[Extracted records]
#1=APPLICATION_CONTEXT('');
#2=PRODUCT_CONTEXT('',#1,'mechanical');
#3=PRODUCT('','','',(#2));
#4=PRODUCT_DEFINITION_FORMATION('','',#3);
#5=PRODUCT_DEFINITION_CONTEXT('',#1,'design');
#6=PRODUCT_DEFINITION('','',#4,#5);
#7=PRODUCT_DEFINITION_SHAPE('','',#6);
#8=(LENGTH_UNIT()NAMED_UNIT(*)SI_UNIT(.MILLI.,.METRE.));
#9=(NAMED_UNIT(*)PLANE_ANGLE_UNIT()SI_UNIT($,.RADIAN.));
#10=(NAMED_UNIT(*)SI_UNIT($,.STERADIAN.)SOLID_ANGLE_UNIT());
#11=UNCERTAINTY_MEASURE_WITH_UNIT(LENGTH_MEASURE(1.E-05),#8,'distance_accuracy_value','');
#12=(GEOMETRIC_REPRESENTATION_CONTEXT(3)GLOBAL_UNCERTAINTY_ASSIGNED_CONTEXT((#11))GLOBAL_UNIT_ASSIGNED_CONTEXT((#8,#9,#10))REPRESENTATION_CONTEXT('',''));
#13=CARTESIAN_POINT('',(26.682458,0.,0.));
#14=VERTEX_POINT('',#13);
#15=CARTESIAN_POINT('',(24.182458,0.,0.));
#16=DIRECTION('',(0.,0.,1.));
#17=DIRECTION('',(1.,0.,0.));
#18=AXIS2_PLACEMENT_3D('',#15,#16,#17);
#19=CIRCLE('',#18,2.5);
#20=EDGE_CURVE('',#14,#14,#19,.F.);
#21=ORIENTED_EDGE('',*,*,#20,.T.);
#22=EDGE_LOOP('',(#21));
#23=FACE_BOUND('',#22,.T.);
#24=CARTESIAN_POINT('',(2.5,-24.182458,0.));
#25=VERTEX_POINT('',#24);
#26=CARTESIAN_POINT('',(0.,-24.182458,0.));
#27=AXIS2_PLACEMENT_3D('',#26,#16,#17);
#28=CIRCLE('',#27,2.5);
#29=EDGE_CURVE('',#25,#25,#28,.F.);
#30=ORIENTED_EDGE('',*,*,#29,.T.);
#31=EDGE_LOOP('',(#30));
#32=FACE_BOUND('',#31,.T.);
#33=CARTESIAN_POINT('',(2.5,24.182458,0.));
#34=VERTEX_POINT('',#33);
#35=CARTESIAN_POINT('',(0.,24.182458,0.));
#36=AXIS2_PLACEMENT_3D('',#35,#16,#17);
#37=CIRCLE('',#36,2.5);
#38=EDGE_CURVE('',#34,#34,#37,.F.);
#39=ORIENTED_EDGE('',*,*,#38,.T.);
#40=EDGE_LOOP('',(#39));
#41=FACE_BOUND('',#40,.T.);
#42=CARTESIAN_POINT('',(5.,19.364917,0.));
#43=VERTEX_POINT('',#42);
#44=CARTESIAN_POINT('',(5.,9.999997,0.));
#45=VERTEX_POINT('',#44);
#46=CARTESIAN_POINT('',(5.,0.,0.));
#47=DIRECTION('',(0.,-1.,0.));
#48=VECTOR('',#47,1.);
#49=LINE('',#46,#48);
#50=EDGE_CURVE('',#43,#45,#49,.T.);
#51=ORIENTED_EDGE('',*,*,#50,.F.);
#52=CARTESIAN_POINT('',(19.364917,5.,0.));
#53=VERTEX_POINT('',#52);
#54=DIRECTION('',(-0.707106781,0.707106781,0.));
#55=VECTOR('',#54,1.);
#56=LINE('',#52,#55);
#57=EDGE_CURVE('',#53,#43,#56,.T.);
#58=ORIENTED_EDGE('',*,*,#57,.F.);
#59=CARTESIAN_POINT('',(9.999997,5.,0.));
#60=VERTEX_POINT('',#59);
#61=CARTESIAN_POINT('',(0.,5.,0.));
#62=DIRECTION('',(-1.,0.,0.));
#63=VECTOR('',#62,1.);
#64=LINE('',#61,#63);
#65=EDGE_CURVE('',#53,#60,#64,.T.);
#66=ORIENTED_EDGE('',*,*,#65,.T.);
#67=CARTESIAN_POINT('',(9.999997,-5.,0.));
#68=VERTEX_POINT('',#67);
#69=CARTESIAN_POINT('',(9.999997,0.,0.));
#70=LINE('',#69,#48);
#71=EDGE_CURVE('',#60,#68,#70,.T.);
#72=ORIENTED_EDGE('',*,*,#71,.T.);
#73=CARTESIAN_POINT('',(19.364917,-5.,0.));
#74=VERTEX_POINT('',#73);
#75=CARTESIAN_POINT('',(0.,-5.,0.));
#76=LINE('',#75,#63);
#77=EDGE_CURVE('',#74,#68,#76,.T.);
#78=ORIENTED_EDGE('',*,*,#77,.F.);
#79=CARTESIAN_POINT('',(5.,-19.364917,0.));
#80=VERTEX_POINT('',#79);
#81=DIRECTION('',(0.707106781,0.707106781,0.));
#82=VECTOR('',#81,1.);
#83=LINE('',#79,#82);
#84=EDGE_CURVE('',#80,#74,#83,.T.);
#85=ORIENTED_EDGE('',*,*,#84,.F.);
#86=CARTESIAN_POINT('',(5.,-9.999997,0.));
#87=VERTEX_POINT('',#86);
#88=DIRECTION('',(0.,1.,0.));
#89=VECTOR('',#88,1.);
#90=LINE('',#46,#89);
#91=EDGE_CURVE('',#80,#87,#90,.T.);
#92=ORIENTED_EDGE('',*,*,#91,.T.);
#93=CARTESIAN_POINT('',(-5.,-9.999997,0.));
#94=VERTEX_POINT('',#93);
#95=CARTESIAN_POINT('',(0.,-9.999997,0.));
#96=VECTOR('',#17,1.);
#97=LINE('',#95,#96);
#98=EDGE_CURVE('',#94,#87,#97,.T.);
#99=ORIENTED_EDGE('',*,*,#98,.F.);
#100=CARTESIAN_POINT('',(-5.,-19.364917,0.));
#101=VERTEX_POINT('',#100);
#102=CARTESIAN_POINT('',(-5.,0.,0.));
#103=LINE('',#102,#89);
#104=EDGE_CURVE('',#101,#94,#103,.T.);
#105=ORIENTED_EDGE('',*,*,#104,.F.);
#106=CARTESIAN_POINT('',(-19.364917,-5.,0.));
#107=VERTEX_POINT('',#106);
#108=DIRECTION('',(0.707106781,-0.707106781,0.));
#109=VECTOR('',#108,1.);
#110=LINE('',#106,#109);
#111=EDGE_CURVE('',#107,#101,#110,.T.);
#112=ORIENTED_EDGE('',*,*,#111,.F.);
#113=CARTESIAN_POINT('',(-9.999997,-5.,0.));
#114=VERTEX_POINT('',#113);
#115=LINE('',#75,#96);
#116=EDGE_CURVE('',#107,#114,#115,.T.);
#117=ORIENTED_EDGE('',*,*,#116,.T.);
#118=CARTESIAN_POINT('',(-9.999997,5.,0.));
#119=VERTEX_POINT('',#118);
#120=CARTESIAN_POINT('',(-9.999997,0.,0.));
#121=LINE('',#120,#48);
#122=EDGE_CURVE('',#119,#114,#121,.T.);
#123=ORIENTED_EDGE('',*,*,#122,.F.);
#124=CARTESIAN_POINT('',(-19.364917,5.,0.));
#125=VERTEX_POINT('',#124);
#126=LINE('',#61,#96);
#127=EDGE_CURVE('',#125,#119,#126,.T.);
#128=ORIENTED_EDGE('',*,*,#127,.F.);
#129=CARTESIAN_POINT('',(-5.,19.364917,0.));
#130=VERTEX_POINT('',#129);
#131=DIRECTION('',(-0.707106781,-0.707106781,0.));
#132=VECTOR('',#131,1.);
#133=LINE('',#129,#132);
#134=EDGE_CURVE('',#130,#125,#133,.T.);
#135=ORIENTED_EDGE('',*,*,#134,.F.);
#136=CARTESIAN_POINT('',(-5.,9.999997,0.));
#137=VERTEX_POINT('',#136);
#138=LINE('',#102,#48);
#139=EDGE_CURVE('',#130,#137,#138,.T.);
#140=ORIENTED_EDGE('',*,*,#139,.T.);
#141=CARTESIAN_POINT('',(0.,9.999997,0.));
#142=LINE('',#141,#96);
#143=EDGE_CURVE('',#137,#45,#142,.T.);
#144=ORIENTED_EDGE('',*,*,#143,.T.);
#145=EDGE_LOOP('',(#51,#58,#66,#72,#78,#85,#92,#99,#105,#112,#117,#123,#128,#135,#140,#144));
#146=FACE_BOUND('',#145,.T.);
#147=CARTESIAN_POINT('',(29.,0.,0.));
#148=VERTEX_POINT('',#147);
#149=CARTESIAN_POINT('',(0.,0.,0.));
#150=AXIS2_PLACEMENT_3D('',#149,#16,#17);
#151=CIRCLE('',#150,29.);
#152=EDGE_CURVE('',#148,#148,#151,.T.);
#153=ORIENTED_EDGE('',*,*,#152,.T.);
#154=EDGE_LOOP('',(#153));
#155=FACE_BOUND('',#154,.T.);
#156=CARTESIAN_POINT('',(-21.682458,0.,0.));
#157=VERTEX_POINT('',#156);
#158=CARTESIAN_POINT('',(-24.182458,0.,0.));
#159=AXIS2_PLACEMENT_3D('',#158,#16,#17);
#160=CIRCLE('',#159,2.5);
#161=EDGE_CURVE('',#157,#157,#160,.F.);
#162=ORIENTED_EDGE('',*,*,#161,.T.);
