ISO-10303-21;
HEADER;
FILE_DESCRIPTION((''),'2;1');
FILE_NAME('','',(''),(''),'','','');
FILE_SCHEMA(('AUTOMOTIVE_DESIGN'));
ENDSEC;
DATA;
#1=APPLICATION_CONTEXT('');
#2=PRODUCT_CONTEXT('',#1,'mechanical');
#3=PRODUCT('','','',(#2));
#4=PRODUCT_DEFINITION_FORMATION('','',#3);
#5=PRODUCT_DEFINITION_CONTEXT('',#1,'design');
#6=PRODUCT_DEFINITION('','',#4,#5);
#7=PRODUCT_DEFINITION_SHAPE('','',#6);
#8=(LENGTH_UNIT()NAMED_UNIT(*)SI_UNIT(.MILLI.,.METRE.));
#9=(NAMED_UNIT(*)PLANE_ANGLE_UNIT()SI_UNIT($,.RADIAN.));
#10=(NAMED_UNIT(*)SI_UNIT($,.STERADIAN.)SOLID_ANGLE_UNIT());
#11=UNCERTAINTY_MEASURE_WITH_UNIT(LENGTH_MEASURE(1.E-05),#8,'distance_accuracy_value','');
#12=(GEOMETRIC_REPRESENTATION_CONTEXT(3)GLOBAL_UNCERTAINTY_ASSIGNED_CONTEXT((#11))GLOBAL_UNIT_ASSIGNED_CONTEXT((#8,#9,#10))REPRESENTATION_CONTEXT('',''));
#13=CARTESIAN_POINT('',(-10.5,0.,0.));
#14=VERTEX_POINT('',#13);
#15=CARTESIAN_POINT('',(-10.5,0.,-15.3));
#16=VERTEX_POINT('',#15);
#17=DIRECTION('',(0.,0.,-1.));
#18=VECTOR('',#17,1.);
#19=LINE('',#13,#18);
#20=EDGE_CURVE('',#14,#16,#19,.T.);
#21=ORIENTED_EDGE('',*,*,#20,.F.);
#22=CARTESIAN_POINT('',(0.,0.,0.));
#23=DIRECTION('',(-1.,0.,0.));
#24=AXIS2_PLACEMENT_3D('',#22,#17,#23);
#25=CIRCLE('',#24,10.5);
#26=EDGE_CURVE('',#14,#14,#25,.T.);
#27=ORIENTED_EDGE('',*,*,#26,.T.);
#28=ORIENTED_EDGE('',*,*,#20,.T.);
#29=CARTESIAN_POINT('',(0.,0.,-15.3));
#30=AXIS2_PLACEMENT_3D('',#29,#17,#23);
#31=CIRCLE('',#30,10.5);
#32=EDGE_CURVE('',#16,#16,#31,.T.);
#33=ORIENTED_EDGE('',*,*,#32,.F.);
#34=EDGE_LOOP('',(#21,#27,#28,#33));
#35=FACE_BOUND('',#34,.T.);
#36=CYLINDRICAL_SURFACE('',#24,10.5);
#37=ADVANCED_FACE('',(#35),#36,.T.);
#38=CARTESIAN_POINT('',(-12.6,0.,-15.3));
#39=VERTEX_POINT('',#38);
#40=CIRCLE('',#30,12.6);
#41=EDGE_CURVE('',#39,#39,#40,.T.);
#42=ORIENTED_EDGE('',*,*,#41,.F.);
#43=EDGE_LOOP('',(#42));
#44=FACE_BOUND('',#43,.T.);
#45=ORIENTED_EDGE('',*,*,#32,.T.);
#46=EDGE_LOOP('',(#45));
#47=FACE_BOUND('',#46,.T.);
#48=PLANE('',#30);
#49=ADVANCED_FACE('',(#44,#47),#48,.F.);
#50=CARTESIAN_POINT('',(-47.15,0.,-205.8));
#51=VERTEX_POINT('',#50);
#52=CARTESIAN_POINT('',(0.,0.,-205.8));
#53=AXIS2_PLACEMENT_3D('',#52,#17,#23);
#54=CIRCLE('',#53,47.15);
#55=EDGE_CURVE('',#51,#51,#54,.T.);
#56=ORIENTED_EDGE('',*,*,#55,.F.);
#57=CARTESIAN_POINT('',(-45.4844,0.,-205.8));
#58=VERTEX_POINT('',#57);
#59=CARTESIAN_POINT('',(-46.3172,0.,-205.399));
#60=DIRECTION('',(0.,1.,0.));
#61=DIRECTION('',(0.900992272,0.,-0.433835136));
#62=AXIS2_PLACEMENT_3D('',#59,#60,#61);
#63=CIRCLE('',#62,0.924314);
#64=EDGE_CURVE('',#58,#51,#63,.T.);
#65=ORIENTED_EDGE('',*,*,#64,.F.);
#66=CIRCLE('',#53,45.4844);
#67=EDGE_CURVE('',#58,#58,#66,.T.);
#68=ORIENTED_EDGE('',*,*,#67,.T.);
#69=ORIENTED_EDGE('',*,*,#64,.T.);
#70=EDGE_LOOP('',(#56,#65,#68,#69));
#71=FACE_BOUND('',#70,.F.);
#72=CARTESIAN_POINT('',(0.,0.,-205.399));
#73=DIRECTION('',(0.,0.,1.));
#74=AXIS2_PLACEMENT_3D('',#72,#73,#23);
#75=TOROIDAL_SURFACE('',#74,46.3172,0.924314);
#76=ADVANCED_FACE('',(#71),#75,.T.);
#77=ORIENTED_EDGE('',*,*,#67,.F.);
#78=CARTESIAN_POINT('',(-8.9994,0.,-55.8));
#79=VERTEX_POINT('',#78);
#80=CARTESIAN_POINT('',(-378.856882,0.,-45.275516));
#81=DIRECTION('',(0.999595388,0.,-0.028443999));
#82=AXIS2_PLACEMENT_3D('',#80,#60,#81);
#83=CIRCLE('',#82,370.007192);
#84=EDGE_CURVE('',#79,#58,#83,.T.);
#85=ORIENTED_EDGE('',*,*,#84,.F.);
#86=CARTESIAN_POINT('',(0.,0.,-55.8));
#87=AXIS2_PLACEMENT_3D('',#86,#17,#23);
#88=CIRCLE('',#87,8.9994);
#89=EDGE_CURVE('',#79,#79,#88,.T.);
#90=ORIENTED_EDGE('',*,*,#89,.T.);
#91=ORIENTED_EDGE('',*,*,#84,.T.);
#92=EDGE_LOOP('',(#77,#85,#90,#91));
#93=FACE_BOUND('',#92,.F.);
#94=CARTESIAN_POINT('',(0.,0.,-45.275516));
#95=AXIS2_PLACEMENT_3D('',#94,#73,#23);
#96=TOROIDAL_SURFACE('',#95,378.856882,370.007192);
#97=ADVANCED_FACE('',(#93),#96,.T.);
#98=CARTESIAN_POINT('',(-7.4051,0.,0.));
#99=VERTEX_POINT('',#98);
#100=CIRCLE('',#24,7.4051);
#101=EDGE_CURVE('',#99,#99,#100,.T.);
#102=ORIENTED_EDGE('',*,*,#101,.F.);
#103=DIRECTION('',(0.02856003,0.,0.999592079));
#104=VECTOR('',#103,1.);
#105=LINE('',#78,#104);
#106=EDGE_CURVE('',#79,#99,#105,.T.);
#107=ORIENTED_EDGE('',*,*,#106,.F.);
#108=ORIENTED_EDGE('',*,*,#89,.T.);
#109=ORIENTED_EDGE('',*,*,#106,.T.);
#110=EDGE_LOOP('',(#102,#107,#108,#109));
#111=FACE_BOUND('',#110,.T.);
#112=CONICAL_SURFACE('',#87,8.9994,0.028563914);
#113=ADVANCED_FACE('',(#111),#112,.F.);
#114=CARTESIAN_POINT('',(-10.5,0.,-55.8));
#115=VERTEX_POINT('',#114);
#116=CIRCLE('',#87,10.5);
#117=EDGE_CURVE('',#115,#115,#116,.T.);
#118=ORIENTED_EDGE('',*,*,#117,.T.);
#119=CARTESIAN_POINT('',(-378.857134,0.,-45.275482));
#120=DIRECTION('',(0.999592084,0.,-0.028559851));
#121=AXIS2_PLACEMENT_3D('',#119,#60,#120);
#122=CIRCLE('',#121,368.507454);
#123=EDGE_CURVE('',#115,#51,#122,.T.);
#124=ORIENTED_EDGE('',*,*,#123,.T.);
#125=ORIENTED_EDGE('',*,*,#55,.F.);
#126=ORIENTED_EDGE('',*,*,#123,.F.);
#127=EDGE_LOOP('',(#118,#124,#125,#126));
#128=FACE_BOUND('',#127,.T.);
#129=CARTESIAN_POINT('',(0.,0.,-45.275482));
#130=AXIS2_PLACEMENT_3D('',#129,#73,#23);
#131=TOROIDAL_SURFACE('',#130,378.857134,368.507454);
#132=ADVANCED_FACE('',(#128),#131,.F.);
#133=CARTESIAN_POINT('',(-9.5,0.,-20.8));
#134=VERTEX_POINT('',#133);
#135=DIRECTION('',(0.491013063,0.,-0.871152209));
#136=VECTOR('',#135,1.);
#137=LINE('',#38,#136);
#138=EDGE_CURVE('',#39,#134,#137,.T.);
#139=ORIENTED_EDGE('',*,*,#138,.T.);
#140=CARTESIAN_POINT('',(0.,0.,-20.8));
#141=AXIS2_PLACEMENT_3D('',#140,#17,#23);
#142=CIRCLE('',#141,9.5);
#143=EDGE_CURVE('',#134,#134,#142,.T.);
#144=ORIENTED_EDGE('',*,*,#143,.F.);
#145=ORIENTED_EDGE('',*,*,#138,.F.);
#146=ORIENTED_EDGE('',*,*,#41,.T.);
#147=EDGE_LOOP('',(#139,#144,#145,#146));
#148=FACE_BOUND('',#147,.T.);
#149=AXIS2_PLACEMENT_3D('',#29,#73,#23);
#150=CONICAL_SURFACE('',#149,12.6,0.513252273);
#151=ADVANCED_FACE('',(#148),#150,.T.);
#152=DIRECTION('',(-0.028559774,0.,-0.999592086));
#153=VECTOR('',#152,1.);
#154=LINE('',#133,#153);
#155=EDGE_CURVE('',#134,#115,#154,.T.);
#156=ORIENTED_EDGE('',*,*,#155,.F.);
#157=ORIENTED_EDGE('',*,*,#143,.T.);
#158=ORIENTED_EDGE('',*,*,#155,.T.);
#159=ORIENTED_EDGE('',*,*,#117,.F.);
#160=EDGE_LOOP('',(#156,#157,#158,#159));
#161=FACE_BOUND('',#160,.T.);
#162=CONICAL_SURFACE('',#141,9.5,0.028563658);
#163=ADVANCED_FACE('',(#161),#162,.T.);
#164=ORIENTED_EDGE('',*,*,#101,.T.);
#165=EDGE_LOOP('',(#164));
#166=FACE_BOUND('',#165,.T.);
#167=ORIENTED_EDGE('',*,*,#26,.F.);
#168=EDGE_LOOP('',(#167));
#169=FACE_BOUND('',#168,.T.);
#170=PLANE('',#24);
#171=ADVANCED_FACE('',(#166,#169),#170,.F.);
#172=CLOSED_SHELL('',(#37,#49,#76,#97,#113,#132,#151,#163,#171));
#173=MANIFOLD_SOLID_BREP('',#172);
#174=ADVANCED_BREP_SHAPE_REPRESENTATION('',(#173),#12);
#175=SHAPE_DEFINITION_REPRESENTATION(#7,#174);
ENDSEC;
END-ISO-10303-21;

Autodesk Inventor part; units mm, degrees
ref_plane "YZ Plane" through (0, 0, 0) normal (1, 0, 0) x (0, 1, 0)
ref_plane "XZ Plane" through (0, 0, 0) normal (0, 1, 0) x (-1, 0, 0)
ref_plane "XY Plane" through (0, 0, 0) normal (0, 0, 1) x (1, 0, 0)
sketch "Sketch1" plane through (0, 0, 0) normal (0, 1, 0) x (-1, 0, 0)
  line L0 (10.5, 0) -> (0, 0) construction
  line L1 (0, 0) -> (0, -205.8) construction
  line L2 (0, -205.8) -> (47.15, -205.8) construction
  line L3 (0, -15.3) -> (12.6, -15.3) construction
  line L4 (0, -20.8) -> (9.5, -20.8) construction
  line L5 (0, -55.8) -> (10.5, -55.8) construction
  line L6 (7.4051, 0) -> (10.5, 0)
  line L7 (10.5, 0) -> (10.5, -15.3)
  line L8 (10.5, -15.3) -> (12.6, -15.3)
  line L9 (12.6, -15.3) -> (9.5, -20.8)
  line L10 (9.5, -20.8) -> (10.5, -55.8)
  line L11 (8.9994, -55.8) -> (7.4051, 0)
  arc A0 (10.5, -55.8) -> (47.15, -205.8) centre (378.857, -45.2755) ccw
  arc A1 (8.9994, -55.8) -> (45.4844, -205.8) centre (378.857, -45.2755) ccw
  arc A2 (45.4844, -205.8) -> (47.15, -205.8) centre (46.3172, -205.399) ccw
  dimension "d0" = 150
  dimension "d1" = 35
  dimension "d2" = 5.5
  dimension "d3" = 15.3
  dimension "d4" = 47.15
  dimension "d5" = 10.5
  dimension "d6" = 9.5
  dimension "d7" = 12.6
  dimension "d8" = 10.5
  dimension "d9" = 1.5
revolve "Revolution1" add sketch "Sketch1" angle 360 about axis through (0, 0, 0) along (0, 0, -1)
thread "Thread1" size "M22x3" class "6g" standard "ANSI Metric M Profile" full length
equation "\"d0\" = Flare_Length"
equation "\"d1\" = Transition_Length"
equation "\"d2\" = Mount_Flange_Length"
equation "\"d3\" = Mount_Length"
equation "\"d4\" = Flare_Diameter"
equation "\"d5\" = Transition_Diameter"
equation "\"d6\" = Tail_Diameter"
equation "\"d7\" = Mount_Flange_Diameter"
equation "\"d8\" = Mount_Diameter"
equation "\"d9\" = Bell_Thickness"
equation "\"Transition_Length\" = 35"
equation "\"Flare_Length\" = 150"
equation "\"Mount_Flange_Length\" = 5.5"
equation "\"Mount_Length\" = 15.3"
equation "\"Flare_Diameter\" = 47.15"
equation "\"Transition_Diameter\" = 10.5"
equation "\"Tail_Diameter\" = 9.5"
equation "\"Mount_Flange_Diameter\" = 12.6"
equation "\"Mount_Diameter\" = 10.5"
equation "\"Bell_Thickness\" = 1.5"
properties part number "Horn_C" material "Steel, Cast"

> **Work to complete**
Repeat exactly the lines above from the one with "#119=CARTESIAN_POINT('',(-378.857134,0.,-45.275482));" up to and including the one with "#127=EDGE_LOOP('',(#118,#124,#125,#126));". No other line belongs in the reply.

> **Result**
#119=CARTESIAN_POINT('',(-378.857134,0.,-45.275482));
#120=DIRECTION('',(0.999592084,0.,-0.028559851));
#121=AXIS2_PLACEMENT_3D('',#119,#60,#120);
#122=CIRCLE('',#121,368.507454);
#123=EDGE_CURVE('',#115,#51,#122,.T.);
#124=ORIENTED_EDGE('',*,*,#123,.T.);
#125=ORIENTED_EDGE('',*,*,#55,.F.);
#126=ORIENTED_EDGE('',*,*,#123,.F.);
#127=EDGE_LOOP('',(#118,#124,#125,#126));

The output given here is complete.